**WORK ORDER:**
Only the closing stretch of the material is wanted: the line containing "#141=CARTESIAN_POINT('',(0.850739,0.850739,0.));" and every line after it, transcribed exactly.

**RECORDED INFORMATION:**
+++
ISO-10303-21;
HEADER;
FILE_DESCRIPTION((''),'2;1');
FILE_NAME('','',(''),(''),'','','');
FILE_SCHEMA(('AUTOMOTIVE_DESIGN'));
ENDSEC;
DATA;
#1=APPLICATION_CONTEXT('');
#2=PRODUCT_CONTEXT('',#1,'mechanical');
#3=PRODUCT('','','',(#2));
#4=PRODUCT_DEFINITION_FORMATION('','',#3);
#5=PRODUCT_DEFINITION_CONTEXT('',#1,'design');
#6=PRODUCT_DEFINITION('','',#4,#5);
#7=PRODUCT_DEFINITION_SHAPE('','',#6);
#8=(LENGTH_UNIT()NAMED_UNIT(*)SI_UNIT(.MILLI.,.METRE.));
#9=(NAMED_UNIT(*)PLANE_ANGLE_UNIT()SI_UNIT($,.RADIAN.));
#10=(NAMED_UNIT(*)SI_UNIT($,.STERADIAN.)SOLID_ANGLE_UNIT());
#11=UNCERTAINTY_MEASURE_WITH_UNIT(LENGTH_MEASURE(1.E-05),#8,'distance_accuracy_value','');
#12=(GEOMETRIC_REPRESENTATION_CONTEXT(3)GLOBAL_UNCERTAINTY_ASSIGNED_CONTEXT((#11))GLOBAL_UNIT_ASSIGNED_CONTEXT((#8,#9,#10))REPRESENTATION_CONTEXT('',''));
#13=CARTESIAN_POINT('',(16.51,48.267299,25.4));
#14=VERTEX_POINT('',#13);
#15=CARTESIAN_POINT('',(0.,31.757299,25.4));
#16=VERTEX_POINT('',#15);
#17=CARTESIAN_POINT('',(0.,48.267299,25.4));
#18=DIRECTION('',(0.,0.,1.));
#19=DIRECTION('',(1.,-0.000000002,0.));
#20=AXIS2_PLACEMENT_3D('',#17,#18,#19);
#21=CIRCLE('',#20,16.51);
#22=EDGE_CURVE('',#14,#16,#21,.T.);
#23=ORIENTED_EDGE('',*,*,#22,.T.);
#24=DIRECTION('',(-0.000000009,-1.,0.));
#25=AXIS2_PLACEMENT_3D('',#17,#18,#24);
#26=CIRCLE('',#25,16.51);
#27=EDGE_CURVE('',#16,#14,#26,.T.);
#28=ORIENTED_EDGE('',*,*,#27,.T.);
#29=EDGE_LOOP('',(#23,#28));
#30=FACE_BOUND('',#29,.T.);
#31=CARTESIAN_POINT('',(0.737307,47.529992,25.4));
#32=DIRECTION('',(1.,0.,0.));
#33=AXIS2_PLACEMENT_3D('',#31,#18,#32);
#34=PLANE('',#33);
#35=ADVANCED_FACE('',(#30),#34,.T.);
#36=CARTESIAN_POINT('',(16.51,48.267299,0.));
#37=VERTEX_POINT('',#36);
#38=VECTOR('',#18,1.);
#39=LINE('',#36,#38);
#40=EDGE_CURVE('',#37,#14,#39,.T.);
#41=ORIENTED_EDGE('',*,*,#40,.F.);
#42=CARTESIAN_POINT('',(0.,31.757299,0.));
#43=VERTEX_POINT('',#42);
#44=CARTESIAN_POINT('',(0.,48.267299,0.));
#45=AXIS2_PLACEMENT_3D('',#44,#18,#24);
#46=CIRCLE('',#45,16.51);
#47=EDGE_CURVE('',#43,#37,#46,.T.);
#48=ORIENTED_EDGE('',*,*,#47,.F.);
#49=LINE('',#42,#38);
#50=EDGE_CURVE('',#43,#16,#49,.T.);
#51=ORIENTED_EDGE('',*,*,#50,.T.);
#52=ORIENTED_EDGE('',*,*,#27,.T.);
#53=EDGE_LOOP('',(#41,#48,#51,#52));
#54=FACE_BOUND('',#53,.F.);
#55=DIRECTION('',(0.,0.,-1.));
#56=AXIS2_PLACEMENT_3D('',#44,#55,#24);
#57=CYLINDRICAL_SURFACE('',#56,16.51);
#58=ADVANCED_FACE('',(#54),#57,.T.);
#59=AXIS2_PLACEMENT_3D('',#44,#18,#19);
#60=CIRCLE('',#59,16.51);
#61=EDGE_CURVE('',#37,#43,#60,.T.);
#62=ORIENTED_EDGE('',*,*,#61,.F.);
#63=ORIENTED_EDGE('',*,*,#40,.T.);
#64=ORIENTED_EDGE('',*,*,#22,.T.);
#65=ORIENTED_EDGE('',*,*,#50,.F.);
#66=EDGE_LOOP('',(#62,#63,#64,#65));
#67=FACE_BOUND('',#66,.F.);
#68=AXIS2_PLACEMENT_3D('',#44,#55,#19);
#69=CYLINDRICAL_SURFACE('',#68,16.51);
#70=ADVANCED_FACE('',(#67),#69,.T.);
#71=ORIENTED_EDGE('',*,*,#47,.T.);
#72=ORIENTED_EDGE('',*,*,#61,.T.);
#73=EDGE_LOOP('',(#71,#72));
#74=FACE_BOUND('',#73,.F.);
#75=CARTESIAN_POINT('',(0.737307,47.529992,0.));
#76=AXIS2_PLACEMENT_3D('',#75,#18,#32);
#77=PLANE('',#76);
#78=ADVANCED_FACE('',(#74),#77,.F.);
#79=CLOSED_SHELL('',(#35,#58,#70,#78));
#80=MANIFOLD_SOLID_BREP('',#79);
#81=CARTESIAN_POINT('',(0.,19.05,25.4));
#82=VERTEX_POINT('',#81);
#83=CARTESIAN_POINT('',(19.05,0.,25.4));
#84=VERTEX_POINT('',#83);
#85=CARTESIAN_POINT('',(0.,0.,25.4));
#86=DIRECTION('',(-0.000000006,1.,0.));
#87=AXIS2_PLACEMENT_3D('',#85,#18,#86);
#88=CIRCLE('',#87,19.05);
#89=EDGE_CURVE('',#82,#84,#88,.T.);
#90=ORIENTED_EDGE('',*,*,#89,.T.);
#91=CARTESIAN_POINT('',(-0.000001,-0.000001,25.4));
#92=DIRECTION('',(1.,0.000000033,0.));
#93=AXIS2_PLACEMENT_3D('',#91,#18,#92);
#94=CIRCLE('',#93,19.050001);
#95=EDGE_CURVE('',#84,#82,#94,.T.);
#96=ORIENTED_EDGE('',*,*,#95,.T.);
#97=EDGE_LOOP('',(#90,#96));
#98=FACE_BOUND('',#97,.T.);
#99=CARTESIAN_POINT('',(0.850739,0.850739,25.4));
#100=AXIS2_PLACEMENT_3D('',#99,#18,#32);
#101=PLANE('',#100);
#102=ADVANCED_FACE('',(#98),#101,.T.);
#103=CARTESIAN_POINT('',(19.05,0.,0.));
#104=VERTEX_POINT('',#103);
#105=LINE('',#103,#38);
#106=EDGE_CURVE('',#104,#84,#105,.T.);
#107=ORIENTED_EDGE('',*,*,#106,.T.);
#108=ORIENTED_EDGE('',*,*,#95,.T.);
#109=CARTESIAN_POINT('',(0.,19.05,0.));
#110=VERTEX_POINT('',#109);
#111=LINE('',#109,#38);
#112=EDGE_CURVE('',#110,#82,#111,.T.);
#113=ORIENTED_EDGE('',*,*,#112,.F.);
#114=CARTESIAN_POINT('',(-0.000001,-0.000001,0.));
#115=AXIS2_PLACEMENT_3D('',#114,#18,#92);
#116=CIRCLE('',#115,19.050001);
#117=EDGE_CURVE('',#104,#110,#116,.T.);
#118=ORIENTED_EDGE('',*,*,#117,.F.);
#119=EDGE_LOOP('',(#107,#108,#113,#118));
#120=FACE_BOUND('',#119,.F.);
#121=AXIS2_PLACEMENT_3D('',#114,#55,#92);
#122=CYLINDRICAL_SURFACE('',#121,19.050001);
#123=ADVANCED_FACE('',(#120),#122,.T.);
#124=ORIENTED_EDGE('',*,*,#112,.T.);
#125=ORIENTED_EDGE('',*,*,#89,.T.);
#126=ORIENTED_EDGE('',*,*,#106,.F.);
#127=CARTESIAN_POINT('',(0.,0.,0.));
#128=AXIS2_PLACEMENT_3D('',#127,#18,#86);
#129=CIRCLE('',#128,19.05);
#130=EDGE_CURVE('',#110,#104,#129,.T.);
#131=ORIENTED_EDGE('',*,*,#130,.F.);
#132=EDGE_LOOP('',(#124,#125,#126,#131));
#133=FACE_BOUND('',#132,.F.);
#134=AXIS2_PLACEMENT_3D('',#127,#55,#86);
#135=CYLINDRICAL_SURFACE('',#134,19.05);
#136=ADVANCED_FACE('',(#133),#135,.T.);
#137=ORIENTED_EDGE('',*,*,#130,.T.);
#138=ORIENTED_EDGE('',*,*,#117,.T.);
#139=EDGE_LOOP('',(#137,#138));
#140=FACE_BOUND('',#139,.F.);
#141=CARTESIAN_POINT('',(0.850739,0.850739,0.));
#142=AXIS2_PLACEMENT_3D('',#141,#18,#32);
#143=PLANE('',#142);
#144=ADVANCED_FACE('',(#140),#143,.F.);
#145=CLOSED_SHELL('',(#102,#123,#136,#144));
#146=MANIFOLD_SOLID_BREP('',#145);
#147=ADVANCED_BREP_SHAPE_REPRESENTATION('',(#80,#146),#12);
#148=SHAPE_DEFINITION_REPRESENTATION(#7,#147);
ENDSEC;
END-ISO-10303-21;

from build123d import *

# Parameters (mm, degrees)
F1_DEPTH = 25.4


with BuildPart() as f1:
    # F0 (on Top) → F1 (new body)
    with BuildSketch(Plane.XY):
        with BuildLine():
            ThreePointArc((0, 19.05), (-13.470384, -13.470384), (19.05, 0))
            ThreePointArc((19.05, 0), (13.470384, 13.470384), (0, 19.05))
        make_face()
        with BuildLine():
            ThreePointArc((16.51, 48.267299), (-11.674333, 59.941632), (0, 31.757299))
            ThreePointArc((0, 31.757299), (11.674333, 36.592966), (16.51, 48.267299))
        make_face()
    extrude(amount=F1_DEPTH)


solid = f1.part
+++
**EXPECTED OUTPUT:**
#141=CARTESIAN_POINT('',(0.850739,0.850739,0.));
#142=AXIS2_PLACEMENT_3D('',#141,#18,#32);
#143=PLANE('',#142);
#144=ADVANCED_FACE('',(#140),#143,.F.);
#145=CLOSED_SHELL('',(#102,#123,#136,#144));
#146=MANIFOLD_SOLID_BREP('',#145);
#147=ADVANCED_BREP_SHAPE_REPRESENTATION('',(#80,#146),#12);
#148=SHAPE_DEFINITION_REPRESENTATION(#7,#147);
ENDSEC;
END-ISO-10303-21;

from build123d import *

# Parameters (mm, degrees)
F1_DEPTH = 25.4


with BuildPart() as f1:
    # F0 (on Top) → F1 (new body)
    with BuildSketch(Plane.XY):
        with BuildLine():
            ThreePointArc((0, 19.05), (-13.470384, -13.470384), (19.05, 0))
            ThreePointArc((19.05, 0), (13.470384, 13.470384), (0, 19.05))
        make_face()
        with BuildLine():
            ThreePointArc((16.51, 48.267299), (-11.674333, 59.941632), (0, 31.757299))
            ThreePointArc((0, 31.757299), (11.674333, 36.592966), (16.51, 48.267299))
        make_face()
    extrude(amount=F1_DEPTH)


solid = f1.part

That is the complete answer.